Suppose you have an invertible lower-triangular matrix $L$. To find its inverse, you must solve the matrix equation $LX = I$, where $I$ denotes the $n$-by-$n$ identity matrix.

Based on how matrix multiplication works, the $i^{\text{th}}$ column of $LX$ is equal to $L$ times the $i^{\text{th}}$ column of $X$. In order for $LX = I$, it must be that the first $i-1$ entries in the $i^{\text{th}}$ column of $LX$ are all zero. The hint is that you can prove that this implies that the first $i-1$ entries in the $i^{\text{th}}$ column of $X$ must all be zero. To do this, you can explicitly write out your calculation, using your assumption that $L$ is lower-triangular. You'll get a fairly easy system of linear equations to analyze.

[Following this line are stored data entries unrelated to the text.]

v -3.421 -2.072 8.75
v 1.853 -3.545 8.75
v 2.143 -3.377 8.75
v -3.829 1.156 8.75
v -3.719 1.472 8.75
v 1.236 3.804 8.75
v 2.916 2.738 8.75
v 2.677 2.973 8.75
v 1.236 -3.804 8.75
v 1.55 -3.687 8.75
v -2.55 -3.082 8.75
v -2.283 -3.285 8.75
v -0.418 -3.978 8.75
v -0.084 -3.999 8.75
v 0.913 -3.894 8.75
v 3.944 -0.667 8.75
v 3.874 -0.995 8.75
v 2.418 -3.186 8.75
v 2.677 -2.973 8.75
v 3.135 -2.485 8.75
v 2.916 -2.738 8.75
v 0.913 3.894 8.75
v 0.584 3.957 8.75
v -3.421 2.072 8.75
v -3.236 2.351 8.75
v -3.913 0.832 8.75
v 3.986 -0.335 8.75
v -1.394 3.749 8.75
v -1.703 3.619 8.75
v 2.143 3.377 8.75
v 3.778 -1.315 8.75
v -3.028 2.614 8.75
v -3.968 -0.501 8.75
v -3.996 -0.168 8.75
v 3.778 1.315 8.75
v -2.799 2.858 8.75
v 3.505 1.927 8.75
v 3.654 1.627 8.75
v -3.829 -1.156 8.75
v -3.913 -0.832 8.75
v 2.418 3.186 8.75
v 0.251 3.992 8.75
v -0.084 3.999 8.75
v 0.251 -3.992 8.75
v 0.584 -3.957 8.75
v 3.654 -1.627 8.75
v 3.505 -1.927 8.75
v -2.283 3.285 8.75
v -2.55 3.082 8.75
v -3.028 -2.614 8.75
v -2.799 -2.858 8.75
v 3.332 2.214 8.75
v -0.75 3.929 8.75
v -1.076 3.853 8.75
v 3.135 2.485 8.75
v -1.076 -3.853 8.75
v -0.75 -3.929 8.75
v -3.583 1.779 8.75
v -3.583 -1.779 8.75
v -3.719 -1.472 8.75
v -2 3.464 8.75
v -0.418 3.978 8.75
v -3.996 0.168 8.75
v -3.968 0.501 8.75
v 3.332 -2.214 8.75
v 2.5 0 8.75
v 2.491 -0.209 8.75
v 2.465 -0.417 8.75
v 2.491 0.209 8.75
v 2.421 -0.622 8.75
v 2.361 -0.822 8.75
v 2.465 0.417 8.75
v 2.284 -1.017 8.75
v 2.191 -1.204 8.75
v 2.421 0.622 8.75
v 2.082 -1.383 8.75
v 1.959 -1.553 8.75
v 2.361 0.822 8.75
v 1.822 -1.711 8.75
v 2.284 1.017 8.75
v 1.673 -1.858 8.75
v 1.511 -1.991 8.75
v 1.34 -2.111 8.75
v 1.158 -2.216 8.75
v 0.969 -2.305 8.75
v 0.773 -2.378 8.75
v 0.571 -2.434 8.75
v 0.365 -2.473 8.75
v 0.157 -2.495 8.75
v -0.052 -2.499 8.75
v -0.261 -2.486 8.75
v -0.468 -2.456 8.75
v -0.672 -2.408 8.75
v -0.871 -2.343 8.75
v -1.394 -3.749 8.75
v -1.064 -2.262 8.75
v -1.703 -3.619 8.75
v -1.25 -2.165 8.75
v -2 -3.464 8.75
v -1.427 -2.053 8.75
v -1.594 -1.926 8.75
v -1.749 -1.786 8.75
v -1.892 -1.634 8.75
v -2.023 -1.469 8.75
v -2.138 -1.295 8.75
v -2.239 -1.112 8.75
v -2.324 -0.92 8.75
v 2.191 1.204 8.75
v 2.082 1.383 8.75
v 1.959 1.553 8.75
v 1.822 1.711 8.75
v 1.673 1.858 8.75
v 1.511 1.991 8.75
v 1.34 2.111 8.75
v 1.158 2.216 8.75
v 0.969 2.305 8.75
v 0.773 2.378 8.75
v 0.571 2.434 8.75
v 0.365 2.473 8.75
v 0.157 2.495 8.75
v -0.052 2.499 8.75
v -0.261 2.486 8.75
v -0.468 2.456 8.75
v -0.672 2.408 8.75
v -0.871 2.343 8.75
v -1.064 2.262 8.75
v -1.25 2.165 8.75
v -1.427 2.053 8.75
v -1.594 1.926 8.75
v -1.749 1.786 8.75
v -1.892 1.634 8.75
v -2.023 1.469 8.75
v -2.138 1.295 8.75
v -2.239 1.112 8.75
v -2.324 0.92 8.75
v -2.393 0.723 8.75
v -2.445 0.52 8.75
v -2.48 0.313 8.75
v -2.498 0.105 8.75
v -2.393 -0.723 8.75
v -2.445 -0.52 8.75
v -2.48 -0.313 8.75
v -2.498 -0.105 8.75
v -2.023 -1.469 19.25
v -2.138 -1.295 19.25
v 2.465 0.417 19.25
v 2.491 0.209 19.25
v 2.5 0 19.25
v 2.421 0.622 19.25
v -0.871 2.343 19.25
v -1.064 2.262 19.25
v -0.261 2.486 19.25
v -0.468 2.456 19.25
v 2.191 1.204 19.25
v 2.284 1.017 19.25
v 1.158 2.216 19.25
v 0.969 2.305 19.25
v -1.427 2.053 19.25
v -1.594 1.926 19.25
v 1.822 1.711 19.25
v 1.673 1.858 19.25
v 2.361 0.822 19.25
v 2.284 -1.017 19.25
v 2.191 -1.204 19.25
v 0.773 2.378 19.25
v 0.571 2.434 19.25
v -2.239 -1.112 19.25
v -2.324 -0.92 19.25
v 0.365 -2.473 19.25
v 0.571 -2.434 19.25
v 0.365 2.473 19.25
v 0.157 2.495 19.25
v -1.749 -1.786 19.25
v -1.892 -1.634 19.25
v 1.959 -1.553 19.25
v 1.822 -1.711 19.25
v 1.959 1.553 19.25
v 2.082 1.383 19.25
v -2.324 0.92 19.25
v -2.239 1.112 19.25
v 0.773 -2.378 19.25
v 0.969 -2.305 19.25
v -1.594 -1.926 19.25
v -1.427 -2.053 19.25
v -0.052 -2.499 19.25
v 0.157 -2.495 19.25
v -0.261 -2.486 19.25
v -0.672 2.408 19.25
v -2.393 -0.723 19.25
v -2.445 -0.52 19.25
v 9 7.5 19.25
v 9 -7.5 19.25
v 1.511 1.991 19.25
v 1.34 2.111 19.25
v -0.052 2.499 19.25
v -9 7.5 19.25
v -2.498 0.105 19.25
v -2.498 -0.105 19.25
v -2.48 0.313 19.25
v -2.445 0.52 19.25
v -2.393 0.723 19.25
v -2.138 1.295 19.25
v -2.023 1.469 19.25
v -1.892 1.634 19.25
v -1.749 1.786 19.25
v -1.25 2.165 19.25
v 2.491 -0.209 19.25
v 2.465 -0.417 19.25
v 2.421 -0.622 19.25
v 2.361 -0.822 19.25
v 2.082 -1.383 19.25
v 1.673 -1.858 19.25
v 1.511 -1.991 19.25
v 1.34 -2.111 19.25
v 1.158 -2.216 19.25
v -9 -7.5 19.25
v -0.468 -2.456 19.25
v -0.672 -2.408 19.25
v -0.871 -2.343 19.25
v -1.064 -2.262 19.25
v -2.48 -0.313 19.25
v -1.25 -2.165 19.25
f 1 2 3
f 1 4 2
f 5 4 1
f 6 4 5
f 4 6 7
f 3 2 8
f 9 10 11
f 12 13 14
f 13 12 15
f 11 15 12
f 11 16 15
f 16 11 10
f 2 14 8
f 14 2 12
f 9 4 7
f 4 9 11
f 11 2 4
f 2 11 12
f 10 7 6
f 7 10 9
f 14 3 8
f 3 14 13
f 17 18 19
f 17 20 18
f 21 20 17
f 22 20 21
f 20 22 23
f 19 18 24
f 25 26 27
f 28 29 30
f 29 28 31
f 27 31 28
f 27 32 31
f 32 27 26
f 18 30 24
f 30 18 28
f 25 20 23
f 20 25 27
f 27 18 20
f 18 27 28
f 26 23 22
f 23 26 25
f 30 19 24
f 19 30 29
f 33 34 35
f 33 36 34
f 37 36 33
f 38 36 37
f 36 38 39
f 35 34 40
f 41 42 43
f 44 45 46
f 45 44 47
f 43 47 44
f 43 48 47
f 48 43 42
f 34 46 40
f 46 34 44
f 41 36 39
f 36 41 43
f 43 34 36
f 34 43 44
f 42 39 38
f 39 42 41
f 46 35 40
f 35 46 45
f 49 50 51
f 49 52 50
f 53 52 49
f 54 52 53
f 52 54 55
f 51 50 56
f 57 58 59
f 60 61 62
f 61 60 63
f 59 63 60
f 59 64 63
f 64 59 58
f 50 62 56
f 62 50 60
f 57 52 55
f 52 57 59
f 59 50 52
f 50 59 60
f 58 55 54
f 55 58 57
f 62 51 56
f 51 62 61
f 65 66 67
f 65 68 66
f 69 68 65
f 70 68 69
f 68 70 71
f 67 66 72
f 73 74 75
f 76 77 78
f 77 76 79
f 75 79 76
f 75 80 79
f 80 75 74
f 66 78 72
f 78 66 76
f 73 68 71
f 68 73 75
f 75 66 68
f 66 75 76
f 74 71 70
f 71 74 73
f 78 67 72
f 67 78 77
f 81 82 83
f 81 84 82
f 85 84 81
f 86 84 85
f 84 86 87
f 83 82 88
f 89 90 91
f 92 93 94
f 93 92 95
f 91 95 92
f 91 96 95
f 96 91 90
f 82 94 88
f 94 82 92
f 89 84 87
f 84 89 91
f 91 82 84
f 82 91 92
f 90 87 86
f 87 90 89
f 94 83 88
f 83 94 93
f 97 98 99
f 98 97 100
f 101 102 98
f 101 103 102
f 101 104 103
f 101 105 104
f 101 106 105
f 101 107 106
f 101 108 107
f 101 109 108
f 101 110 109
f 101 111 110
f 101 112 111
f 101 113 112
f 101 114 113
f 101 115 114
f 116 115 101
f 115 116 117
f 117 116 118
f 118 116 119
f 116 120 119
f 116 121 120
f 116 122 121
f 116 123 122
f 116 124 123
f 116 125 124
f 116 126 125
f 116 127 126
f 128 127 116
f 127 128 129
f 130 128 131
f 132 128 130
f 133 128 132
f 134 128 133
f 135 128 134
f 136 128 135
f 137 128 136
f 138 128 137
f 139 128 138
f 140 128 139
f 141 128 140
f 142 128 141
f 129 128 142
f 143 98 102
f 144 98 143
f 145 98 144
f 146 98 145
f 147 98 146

In simple form, we can write A = D*(I+L); where A is lower triangular matrix, D is diagonal matrix, I is identity matrix and L is lower triangular with all zeros in diagonal. Since $A^{-1} = (I+L)^{-1}*D^{-1}$ and inverse of D is simply inverse of diagonal element. And for very large n $L^{-n} = 0$ since it is having only lower triangular elements. And we can write $(I+L)^{-1} = I - L + L^2 - L^3 + .... (-1)^n*L^n$ which itself is lower triangular matrix.